Ускользаю из толпы невидимой тенью, и поднимаюсь по ступеням, на второй этаж…
…дверь в квартиру не заперта. Толкаю ее, слушая скрип петель. В темной прихожей, приторной дымкой, витает запах спелых мандаринов. А в зале горит свет. Замечаю высокие сапоги, в которых утром Мила уходила на работу. Значит она здесь. Скидываю пальто, бросая его на кривую вешалку.
— Любимая, ты забыла запереть дверь!.. Вхожу в зал. И время в эти мгновенья, навсегда перестает существовать. Мила лежит на полу, в луже темной крови.

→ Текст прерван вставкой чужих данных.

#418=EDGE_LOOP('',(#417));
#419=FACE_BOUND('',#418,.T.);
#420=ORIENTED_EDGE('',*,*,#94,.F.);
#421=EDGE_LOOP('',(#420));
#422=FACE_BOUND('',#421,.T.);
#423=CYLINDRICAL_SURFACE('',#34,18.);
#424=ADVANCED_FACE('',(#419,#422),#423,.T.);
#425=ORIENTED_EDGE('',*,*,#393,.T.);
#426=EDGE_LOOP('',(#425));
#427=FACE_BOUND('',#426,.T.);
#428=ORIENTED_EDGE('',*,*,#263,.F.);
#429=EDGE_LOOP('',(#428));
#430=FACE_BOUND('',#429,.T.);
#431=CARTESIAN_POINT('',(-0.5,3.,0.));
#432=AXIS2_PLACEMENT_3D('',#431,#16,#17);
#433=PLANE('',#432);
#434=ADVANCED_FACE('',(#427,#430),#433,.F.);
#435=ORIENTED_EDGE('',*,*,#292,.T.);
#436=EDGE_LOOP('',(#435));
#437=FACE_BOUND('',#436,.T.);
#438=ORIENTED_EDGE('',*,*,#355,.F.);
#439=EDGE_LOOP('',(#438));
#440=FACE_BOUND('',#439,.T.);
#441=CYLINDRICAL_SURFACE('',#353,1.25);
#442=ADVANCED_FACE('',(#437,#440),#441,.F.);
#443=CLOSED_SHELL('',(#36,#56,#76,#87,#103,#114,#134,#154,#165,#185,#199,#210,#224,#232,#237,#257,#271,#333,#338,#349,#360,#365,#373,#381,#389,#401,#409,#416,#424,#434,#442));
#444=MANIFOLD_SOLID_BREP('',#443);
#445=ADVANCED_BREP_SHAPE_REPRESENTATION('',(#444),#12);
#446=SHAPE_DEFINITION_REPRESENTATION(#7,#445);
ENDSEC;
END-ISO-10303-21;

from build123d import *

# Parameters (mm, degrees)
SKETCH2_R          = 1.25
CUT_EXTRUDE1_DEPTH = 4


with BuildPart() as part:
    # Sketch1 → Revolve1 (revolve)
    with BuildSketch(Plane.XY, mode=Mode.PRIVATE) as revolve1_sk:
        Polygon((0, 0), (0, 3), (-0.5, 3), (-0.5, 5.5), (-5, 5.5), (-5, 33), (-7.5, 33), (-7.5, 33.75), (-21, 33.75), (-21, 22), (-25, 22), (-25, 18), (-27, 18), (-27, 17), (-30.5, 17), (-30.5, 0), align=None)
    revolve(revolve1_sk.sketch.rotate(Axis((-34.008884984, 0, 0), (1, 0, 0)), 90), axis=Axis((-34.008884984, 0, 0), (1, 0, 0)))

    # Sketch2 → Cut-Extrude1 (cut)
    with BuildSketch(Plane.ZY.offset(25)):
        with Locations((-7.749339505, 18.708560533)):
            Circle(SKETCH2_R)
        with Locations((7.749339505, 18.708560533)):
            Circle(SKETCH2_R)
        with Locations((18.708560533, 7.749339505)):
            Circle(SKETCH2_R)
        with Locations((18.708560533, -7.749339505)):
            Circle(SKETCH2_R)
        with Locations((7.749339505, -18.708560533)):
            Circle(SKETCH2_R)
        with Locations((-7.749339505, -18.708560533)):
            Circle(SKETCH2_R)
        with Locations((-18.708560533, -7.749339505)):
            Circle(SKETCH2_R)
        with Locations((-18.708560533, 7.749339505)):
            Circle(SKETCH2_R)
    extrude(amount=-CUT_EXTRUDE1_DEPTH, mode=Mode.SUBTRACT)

Проходит минута, или целая вечность, а я продолжаю стоять в дверях увешанного гирляндами склепа, и не могу заставить себя двинуться с места. В ее глазах я вижу осколки звезд, разбитых ударами сильных кулаков. Вижу красные полосы чьих-то пальцев на ее щеках… И раскрытый рот, забитый вязкой темнотой моего имени.
— Мила… нет…
Вечность рушится и падает в бездну. И я падаю вместе с ней, на самое дно. Туда, откуда так долго выбирался, не жалея ничего ради свободы.
— Боже… Проверяю ее пульс, но не чувствую под пальцами биения крови.
— Господи… Мила…
Приподнимаю ее невесомое тело, и прижимаю к себе. И только сейчас вижу на стене послание, выведенное кровью. Оно предназначено мне. Но становится в моих, залитых слезами глазах, смертным приговором тем, кто его писал. «Неужели ты думал, что все кончится так просто, мент?!» Бешеный рев вытекает пеной из моего рта, сквозь плотно сжатые зубы.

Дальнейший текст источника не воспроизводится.